** Opening Source data block **

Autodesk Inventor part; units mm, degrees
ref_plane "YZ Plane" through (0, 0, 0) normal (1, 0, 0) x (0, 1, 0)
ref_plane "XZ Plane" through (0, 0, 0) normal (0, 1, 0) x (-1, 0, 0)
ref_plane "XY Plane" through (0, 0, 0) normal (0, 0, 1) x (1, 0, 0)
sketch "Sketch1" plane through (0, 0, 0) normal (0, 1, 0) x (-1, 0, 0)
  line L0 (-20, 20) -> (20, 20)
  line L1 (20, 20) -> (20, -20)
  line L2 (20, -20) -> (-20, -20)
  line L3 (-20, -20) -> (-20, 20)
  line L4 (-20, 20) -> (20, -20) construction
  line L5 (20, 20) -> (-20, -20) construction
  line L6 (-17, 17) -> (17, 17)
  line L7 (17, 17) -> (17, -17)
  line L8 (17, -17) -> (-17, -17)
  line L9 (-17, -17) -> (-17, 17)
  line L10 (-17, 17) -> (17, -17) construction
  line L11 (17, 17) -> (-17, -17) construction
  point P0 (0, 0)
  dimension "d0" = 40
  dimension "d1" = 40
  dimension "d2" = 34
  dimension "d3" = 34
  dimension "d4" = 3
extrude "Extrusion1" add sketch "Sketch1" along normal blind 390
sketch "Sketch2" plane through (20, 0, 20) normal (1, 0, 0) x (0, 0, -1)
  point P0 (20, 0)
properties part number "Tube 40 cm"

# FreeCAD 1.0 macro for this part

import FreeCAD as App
import Part
import Sketcher
Q = App.Units.Quantity


def add_polygon(sketch, points):
    """Adds a closed chain of lines whose ends are joined by coincident constraints."""
    first, n = sketch.GeometryCount, len(points)
    for a, b in zip(points, points[1:] + points[:1]):
        sketch.addGeometry(Part.LineSegment(App.Vector(*a, 0), App.Vector(*b, 0)), False)
    for i in range(n):
        sketch.addConstraint(Sketcher.Constraint("Coincident", first + i, 2, first + (i + 1) % n, 1))

doc = App.newDocument("Part")
body = doc.addObject("PartDesign::Body", "Body")

sketch1 = body.newObject("Sketcher::SketchObject", "Sketch")
sketch1.AttachmentSupport = (doc.getObject("XZ_Plane"), [""])
sketch1.MapMode = "FlatFace"
add_polygon(sketch1, [(-20, 20), (20, 20), (20, -20), (-20, -20)])
add_polygon(sketch1, [(17, -17), (17, 17), (-17, 17), (-17, -17)])
sketch1.addConstraint([
    Sketcher.Constraint("Horizontal", 0),
    Sketcher.Constraint("Vertical", 1),
    Sketcher.Constraint("Horizontal", 2),
    Sketcher.Constraint("Vertical", 3),
    Sketcher.Constraint("Vertical", 4),
    Sketcher.Constraint("Horizontal", 5),
    Sketcher.Constraint("Vertical", 6),
    Sketcher.Constraint("Horizontal", 7),
    Sketcher.Constraint("Symmetric", 0, 2, 2, 2, -1, 1),
    Sketcher.Constraint("Symmetric", 4, 2, 6, 2, -1, 1),
    Sketcher.Constraint("Equal", 2, 1),
    Sketcher.Constraint("Equal", 7, 4),
    Sketcher.Constraint("DistanceX", 0, 1, 0, 2, Q("40 mm")),
    Sketcher.Constraint("DistanceX", 5, 2, 5, 1, Q("34 mm")),
])
pad1 = body.newObject("PartDesign::Pad", "Pad")
pad1.Profile = sketch1
pad1.Length = 390
pad1.Reversed = True

doc.recompute()
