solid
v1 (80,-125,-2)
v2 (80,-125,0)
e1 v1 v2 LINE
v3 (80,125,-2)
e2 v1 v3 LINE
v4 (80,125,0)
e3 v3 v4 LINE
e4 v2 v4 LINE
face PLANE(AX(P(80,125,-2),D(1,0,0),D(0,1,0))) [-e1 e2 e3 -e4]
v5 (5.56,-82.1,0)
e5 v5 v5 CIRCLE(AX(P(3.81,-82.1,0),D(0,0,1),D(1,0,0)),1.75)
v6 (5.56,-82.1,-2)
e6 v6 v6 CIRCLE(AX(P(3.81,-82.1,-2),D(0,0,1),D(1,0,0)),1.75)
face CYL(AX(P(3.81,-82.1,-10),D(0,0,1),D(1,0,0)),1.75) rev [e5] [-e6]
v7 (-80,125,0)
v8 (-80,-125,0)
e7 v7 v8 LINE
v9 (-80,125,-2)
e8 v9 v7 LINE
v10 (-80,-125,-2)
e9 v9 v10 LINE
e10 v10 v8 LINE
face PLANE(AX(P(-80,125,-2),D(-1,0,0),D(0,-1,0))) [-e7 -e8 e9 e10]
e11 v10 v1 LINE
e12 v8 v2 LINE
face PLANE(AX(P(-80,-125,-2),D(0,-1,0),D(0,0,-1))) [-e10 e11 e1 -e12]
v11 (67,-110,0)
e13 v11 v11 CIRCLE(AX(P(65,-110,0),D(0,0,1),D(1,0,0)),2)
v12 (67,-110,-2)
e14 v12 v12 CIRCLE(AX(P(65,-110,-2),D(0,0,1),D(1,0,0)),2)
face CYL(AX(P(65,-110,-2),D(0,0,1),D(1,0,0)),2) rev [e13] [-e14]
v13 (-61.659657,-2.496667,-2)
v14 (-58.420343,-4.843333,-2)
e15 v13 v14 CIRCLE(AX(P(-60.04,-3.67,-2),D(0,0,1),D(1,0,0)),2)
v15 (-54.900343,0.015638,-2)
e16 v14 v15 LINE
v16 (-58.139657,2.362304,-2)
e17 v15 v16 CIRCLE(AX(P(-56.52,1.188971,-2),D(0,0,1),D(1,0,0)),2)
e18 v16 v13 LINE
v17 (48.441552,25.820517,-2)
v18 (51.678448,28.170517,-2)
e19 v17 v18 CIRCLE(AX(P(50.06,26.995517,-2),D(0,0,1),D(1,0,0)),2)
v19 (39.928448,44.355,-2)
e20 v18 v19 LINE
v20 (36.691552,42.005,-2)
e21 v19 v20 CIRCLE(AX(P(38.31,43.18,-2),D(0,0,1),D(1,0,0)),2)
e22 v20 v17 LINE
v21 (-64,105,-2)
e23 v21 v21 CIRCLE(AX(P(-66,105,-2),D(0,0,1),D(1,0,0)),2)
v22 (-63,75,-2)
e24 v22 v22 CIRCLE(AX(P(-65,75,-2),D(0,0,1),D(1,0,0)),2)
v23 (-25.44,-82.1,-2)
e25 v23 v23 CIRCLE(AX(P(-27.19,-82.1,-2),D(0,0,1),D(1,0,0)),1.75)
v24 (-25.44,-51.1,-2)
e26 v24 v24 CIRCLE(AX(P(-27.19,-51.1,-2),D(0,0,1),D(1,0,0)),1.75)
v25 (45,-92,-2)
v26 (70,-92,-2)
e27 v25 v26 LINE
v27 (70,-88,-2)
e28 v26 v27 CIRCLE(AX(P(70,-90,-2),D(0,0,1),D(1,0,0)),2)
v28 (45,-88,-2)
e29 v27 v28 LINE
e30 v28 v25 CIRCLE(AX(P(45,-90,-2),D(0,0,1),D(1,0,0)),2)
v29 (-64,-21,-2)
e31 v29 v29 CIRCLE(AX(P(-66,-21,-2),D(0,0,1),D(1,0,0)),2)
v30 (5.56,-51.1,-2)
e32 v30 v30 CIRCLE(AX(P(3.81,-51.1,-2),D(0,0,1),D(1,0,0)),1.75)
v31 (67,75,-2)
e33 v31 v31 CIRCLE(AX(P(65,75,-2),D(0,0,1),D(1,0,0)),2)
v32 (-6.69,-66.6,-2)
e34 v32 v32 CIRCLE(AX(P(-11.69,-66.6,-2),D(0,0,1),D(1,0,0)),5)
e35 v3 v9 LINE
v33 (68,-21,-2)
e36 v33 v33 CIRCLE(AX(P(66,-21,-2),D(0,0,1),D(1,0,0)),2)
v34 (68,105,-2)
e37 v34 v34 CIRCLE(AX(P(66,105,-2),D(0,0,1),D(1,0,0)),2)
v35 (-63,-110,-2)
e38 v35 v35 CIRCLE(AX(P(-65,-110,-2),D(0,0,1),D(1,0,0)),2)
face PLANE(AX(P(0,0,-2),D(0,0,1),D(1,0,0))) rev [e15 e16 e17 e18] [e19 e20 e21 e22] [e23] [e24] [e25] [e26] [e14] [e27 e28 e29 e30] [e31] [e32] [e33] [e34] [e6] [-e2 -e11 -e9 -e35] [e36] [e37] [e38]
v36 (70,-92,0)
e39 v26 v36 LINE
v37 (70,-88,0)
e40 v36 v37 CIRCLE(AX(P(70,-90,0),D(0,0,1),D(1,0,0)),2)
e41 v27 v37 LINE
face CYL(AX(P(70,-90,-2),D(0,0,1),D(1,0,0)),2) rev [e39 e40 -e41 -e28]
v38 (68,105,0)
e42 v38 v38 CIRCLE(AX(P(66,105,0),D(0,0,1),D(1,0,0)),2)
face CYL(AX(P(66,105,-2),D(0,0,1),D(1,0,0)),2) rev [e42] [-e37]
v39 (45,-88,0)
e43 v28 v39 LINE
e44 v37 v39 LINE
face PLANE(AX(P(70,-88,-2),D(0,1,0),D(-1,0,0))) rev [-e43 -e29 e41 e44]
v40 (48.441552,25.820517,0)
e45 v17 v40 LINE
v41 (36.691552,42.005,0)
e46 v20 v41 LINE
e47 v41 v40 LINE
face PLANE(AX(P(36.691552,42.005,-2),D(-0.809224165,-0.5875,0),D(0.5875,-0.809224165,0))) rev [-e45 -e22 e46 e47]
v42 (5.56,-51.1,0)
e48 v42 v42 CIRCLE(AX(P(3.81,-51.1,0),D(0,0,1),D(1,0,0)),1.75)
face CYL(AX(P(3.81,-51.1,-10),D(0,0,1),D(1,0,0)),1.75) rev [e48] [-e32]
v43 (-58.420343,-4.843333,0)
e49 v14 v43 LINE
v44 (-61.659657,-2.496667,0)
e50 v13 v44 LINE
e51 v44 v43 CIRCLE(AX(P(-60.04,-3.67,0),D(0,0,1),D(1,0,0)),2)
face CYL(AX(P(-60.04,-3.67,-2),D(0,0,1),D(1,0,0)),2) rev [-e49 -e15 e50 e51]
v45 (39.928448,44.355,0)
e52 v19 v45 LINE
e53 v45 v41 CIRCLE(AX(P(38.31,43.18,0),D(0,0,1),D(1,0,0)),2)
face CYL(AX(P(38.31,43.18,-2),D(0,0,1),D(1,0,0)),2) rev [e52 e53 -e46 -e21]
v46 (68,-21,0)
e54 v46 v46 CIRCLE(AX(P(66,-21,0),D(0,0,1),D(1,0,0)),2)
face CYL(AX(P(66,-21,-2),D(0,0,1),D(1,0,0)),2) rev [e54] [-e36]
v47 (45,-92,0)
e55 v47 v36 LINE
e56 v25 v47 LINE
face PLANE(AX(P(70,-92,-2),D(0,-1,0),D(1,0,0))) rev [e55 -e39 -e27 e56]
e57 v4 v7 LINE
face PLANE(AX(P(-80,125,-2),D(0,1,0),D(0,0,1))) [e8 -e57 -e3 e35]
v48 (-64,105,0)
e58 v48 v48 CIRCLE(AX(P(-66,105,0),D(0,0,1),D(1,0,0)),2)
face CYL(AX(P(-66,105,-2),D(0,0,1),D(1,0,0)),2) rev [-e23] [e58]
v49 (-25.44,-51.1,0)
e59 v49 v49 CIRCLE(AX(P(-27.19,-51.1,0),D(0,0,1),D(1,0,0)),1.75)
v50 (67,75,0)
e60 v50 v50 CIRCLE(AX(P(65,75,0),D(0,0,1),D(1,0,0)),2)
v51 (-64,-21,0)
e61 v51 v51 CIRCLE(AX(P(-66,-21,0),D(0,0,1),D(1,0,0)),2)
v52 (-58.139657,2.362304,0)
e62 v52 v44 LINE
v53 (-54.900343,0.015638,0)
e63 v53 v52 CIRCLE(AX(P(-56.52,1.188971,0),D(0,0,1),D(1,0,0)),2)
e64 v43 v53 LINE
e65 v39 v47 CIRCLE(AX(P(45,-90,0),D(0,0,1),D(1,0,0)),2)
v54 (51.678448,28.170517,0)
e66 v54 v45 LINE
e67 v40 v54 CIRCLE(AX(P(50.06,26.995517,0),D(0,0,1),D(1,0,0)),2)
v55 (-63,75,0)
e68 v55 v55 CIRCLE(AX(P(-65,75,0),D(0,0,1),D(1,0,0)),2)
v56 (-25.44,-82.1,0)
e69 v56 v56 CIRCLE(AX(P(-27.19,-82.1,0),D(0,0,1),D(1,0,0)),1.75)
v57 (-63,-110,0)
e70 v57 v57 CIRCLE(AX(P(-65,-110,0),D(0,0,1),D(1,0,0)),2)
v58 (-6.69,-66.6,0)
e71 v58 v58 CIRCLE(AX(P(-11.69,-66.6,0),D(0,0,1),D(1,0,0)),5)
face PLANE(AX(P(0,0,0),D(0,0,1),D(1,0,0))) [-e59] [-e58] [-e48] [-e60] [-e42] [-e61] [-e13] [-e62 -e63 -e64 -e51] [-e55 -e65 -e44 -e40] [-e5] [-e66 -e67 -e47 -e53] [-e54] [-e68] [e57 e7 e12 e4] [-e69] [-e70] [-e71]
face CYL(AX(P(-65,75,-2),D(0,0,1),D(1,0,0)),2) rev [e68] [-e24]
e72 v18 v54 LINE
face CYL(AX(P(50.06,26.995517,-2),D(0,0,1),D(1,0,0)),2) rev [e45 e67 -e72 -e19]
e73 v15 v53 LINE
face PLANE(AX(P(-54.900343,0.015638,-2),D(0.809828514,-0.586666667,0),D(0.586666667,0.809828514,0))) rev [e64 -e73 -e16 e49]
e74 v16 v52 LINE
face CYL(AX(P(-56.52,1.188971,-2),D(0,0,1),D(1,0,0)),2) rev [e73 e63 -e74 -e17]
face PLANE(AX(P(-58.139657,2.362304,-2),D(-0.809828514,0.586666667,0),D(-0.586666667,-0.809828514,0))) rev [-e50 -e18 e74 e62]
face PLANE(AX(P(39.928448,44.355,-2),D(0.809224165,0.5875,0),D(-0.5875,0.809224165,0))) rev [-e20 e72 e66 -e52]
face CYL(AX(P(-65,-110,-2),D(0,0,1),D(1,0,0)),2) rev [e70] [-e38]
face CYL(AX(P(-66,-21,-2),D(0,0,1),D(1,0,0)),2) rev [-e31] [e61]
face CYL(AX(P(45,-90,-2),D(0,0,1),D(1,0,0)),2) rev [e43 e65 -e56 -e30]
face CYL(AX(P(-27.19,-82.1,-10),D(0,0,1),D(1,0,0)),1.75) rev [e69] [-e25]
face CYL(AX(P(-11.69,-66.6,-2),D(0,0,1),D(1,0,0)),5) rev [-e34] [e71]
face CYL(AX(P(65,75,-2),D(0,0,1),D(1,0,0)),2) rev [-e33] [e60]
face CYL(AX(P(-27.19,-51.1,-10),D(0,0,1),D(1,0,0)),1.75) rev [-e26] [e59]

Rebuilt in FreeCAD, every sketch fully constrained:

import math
import FreeCAD as App
import Part
import Sketcher
Q = App.Units.Quantity

doc = App.newDocument("Part")
body = doc.addObject("PartDesign::Body", "Body")

sketch1 = body.newObject("Sketcher::SketchObject", "Sketch")
sketch1.AttachmentSupport = (doc.getObject("XY_Plane"), [""])
sketch1.MapMode = "FlatFace"
sketch1.addGeometry([
    Part.LineSegment(App.Vector(-80, 125, 0), App.Vector(-80, -125, 0)),
    Part.LineSegment(App.Vector(-80, -125, 0), App.Vector(80, -125, 0)),
    Part.LineSegment(App.Vector(80, -125, 0), App.Vector(80, 125, 0)),
    Part.LineSegment(App.Vector(80, 125, 0), App.Vector(-80, 125, 0)),
], False)
sketch1.addConstraint([
    Sketcher.Constraint("Coincident", 0, 2, 1, 1),
    Sketcher.Constraint("Coincident", 1, 2, 2, 1),
    Sketcher.Constraint("Coincident", 2, 2, 3, 1),
    Sketcher.Constraint("Coincident", 3, 2, 0, 1),
    Sketcher.Constraint("Vertical", 0),
    Sketcher.Constraint("Horizontal", 1),
    Sketcher.Constraint("Vertical", 2),
    Sketcher.Constraint("Horizontal", 3),
    Sketcher.Constraint("Symmetric", 0, 2, 2, 2, -1, 1),
    Sketcher.Constraint("DistanceX", 1, 1, 1, 2, Q("160 mm")),
    Sketcher.Constraint("DistanceY", 0, 2, 0, 1, Q("250 mm")),
])
pad1 = body.newObject("PartDesign::Pad", "Pad")
pad1.Profile = sketch1
pad1.Length = 2
pad1.Reversed = True
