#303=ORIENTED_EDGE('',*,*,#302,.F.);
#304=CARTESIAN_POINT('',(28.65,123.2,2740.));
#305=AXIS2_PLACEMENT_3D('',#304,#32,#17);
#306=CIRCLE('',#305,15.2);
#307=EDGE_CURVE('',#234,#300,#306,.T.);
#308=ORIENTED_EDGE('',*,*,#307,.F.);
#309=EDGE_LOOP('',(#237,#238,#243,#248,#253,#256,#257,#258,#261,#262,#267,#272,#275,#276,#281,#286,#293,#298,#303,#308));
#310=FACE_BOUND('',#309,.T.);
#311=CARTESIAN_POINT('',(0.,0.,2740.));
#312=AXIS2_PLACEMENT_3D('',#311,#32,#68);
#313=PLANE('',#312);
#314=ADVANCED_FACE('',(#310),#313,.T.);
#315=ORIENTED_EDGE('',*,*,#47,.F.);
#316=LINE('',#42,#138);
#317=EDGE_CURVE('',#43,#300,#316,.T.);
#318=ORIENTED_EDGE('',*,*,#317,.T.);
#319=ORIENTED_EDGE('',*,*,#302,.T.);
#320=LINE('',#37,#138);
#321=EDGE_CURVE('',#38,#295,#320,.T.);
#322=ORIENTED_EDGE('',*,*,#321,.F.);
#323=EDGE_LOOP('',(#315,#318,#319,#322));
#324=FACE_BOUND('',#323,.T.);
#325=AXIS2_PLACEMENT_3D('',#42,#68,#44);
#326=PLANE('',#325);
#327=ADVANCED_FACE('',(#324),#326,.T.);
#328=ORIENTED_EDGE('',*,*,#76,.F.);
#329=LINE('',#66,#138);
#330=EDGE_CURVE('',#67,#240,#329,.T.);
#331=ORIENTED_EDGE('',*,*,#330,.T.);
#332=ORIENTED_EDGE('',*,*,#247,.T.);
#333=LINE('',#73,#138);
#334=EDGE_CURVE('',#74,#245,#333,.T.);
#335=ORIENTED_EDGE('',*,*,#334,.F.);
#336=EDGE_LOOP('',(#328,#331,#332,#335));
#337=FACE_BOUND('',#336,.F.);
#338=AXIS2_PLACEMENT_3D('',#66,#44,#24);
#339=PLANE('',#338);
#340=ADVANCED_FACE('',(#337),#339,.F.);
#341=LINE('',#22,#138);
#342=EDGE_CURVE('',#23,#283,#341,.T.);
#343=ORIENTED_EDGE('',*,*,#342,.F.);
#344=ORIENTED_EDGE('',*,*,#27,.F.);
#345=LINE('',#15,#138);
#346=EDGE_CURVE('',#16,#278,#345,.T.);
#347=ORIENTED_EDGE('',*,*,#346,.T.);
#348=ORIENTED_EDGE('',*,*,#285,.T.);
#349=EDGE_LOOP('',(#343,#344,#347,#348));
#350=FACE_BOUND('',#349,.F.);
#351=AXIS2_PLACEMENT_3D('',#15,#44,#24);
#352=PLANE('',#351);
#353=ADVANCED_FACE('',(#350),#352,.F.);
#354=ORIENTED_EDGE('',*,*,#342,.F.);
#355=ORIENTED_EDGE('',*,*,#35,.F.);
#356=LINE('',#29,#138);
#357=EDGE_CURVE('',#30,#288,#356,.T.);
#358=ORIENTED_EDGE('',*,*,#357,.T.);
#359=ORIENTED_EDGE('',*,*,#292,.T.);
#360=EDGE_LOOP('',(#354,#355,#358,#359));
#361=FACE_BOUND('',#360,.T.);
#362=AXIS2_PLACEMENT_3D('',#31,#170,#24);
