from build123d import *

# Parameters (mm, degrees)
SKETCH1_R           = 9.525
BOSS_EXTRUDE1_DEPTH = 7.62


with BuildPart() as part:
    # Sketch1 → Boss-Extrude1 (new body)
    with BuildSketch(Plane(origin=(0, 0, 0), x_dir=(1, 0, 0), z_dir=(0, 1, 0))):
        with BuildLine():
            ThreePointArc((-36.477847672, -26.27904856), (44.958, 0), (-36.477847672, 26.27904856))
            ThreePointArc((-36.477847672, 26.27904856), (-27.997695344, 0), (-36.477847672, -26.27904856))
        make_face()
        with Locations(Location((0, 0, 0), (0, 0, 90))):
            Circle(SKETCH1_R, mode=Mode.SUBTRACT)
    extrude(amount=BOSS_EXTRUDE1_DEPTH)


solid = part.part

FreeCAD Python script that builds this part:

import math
import FreeCAD as App
import Part
import Sketcher
from FreeCAD import Vector
Q = App.Units.Quantity

doc = App.newDocument("Part")
body = doc.addObject("PartDesign::Body", "Body")

sketch1 = body.newObject("Sketcher::SketchObject", "Sketch")
sketch1.AttachmentSupport = (doc.getObject("XZ_Plane"), [""])
sketch1.MapMode = "FlatFace"
sketch1.addGeometry(Part.ArcOfCircle(Part.Circle(Vector(0, 0, 0), Vector(0, 0, 1), 45), math.radians(-144), math.radians(144)), False)
sketch1.addGeometry(Part.ArcOfCircle(Part.Circle(Vector(-73, 0, 0), Vector(0, 0, 1), 45), math.radians(-36), math.radians(36)), False)
sketch1.addGeometry(Part.Circle(Vector(0, 0, 0), Vector(0, 0, 1), 10), False)
sketch1.addConstraint(Sketcher.Constraint("Coincident", 0, 1, 1, 1))
sketch1.addConstraint(Sketcher.Constraint("Coincident", 1, 2, 0, 2))
sketch1.addConstraint(Sketcher.Constraint("Coincident", 0, 3, -1, 1))
sketch1.addConstraint(Sketcher.Constraint("Coincident", 2, 3, -1, 1))
sketch1.addConstraint(Sketcher.Constraint("Equal", 0, 1))
sketch1.addConstraint(Sketcher.Constraint("PointOnObject", 1, 3, -1))
sketch1.addConstraint(Sketcher.Constraint("Diameter", 2, Q("0.75 in")))
sketch1.addConstraint(Sketcher.Constraint("Radius", 0, Q("1.77 in")))
sketch1.addConstraint(Sketcher.Constraint("DistanceY", 0, 1, -1, 1, 26.279049))
pad1 = body.newObject("PartDesign::Pad", "Pad")
pad1.Profile = sketch1
pad1.Length = Q("0.3 in")
pad1.Reversed = True

doc.recompute()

** Closing Source data block **

## Exercise prompt
Leave out every line above except those from the line with "e72 v18 v54 LINE" up to and including the line with "Rebuilt in FreeCAD, every", and copy those exactly.

## Task result
e72 v18 v54 LINE
face CYL(AX(P(50.06,26.995517,-2),D(0,0,1),D(1,0,0)),2) rev [e45 e67 -e72 -e19]
e73 v15 v53 LINE
face PLANE(AX(P(-54.900343,0.015638,-2),D(0.809828514,-0.586666667,0),D(0.586666667,0.809828514,0))) rev [e64 -e73 -e16 e49]
e74 v16 v52 LINE
face CYL(AX(P(-56.52,1.188971,-2),D(0,0,1),D(1,0,0)),2) rev [e73 e63 -e74 -e17]
face PLANE(AX(P(-58.139657,2.362304,-2),D(-0.809828514,0.586666667,0),D(-0.586666667,-0.809828514,0))) rev [-e50 -e18 e74 e62]
face PLANE(AX(P(39.928448,44.355,-2),D(0.809224165,0.5875,0),D(-0.5875,0.809224165,0))) rev [-e20 e72 e66 -e52]
face CYL(AX(P(-65,-110,-2),D(0,0,1),D(1,0,0)),2) rev [e70] [-e38]
face CYL(AX(P(-66,-21,-2),D(0,0,1),D(1,0,0)),2) rev [-e31] [e61]
face CYL(AX(P(45,-90,-2),D(0,0,1),D(1,0,0)),2) rev [e43 e65 -e56 -e30]
face CYL(AX(P(-27.19,-82.1,-10),D(0,0,1),D(1,0,0)),1.75) rev [e69] [-e25]
face CYL(AX(P(-11.69,-66.6,-2),D(0,0,1),D(1,0,0)),5) rev [-e34] [e71]
face CYL(AX(P(65,75,-2),D(0,0,1),D(1,0,0)),2) rev [-e33] [e60]
face CYL(AX(P(-27.19,-51.1,-10),D(0,0,1),D(1,0,0)),1.75) rev [-e26] [e59]

Rebuilt in FreeCAD, every sketch fully constrained:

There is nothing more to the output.